Disclaimer : Il est bien évident que je n'ai rien d'un mangaka de 37 ans millionnaire, en conséquence les personnages de Naruto ne sont pas ma propriété. Toutefois, cette fiction, elle, m'appartient, et si l'idée saugrenue de la copier sans crédits vous traversait l'esprit, craignez ma colère.
De plus, cette fiction est - ou sera - un yuri fortement lemonisé, ce qui signifie que si l'idée de femmes ayant une relation sexuelle explicite vous rebute, il vous est fortement recommandé de passer votre chemin.
Nulle. Elle était absolument, positivement et indécrottablement nulle.
De cela elle était sûre, depuis déjà très longtemps. Et ce n'était pas le fait d'avoir vingt ans, et d'être jônin, qui y changerait quoi que ce fût ; pas plus que les hurlements indignés de Kiba quand elle s'autoflagellait, les tapes amicales que Shino lui donnait à l'arrière de la tête, le bras chaleureux que Tenten et Sakura - et même l'impulsive Ino - passaient autour de ses épaules quand ils se retrouvaient tous pour boire un verre, le respect qui était apparu peu à peu dans les yeux de Neji ou l'admiration qui brillait dans ceux du tout petit garçon de Kurenaï-sensei. Non : elle, Hinata Hyûga, était nulle, et rien ni personne n'y changerait rien, elle venait d'en avoir la preuve, et pas plus tard que tout à l'heure.
N'importe qui aurait pu prédire l'issue de cette situation : la pauvre petite fille effacée qui, dans son coin, soupire pour le jeune garçon populaire au caractère explosif ; celui-ci qui se fait régulièrement rembarrer par une autre fille extravertie et appréciée, plus féminine ; et puis, finalement, il se rend compte que la pauvre petite abandonnée existe, et un jour, il vient la voir, ses cheveux blonds sont ébouriffés et elle a toujours eu envie de passer la main dedans et il rougit un peu, mais il se rassure en se disant que c'est ce qu'elle a toujours attendu, et la certitude d'être agréé se lit dans ses yeux bleus, et alors il lui dit : "Hinata, ça fait longtemps que je me pose des questions..."

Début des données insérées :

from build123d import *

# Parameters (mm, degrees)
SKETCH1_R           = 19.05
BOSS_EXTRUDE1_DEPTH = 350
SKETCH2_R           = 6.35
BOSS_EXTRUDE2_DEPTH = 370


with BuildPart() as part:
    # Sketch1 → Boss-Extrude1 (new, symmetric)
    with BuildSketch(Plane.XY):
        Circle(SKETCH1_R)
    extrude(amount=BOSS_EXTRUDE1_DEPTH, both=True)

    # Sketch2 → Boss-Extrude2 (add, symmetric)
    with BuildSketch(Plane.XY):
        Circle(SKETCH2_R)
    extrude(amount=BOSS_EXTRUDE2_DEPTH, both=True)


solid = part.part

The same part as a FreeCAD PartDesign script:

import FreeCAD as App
import Part
import Sketcher
from FreeCAD import Vector
Q = App.Units.Quantity

doc = App.newDocument("Part")
params = doc.addObject("Spreadsheet::Sheet", "Params")
for row, (alias, value) in enumerate([
    ("sketch1_diameter", "38.1 mm"),
    ("pad1_length", "700 mm"),
    ("sketch2_diameter", "12.7 mm"),
    ("pad2_length", "740 mm"),
], start=1):
    params.set(f"A{row}", alias)
    params.set(f"B{row}", "=" + value)
    params.setAlias(f"B{row}", alias)

body = doc.addObject("PartDesign::Body", "Body")

# Sketch on XY plane
sketch1 = body.newObject("Sketcher::SketchObject", "Sketch")
sketch1.AttachmentSupport = (doc.getObject("XY_Plane"), [""])
sketch1.MapMode = "FlatFace"
sketch1.addGeometry(Part.Circle(Vector(0, 0, 0), Vector(0, 0, 1), 19.05), False)
sketch1.addConstraint([
    Sketcher.Constraint("Coincident", 0, 3, -1, 1),
    Sketcher.Constraint("Diameter", 0, Q("38.1 mm")),
])
sketch1.setExpression("Constraints[1]", "Params.sketch1_diameter")
pad1 = body.newObject("PartDesign::Pad", "Pad")
pad1.Profile = sketch1
pad1.setExpression("Length", "Params.pad1_length")
pad1.Midplane = True

# Sketch on XY plane
sketch2 = body.newObject("Sketcher::SketchObject", "Sketch001")
sketch2.AttachmentSupport = (doc.getObject("XY_Plane"), [""])
sketch2.MapMode = "FlatFace"
sketch2.addGeometry(Part.Circle(Vector(0, 0, 0), Vector(0, 0, 1), 6.35), False)
sketch2.addConstraint([
    Sketcher.Constraint("Coincident", 0, 3, -1, 1),
    Sketcher.Constraint("Diameter", 0, Q("12.7 mm")),
])
sketch2.setExpression("Constraints[1]", "Params.sketch2_diameter")
pad2 = body.newObject("PartDesign::Pad", "Pad001")
pad2.Profile = sketch2
pad2.setExpression("Length", "Params.pad2_length")
pad2.Midplane = True

doc.recompute()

Elle s'était mise à trembler - c'était normal, c'était l'émotion - il avait souri de son embarras, un sourire à la fois tendre et un peu moqueur, et il avait dit "Hinata, est-ce que tu veux sortir avec moi ?". Et là, c'était le moment de laisser un sourire timide étirer ses lèvres, et de lui dire "Oui, Naruto", et ils se seraient embrassés, et tout aurait été bien, les choses se seraient passées comme il le fallait, et quelque chose s'était tordu au fond du ventre d'Hinata, comme une bête rugissante et féroce, et elle avait baissé les yeux et elle avait dit un tout petit "non", et avant qu'il n'ait eu le temps de répondre quoi que ce soit, de la convaincre, d'argumenter, enfin de rétablir la situation, elle avait tourné les talons, et elle s'était enfuie, poings serrés dans ses poches, alors que les larmes coulaient déjà sur ses joues.
- Hé, mais c'est quoi, ton problème ? l'avait-elle entendu crier alors qu'elle était déjà loin, et elle s'était mise à sangloter, parce qu'elle avait envie de lui répondre qu'elle se posait déjà la question depuis un bon moment, connard, et qu'elle n'avait toujours pas trouvé ce que c'était, son problème, et qu'elle le savait qu'elle avait un problème, et que ce n'était pas la peine d'en rajouter, merci.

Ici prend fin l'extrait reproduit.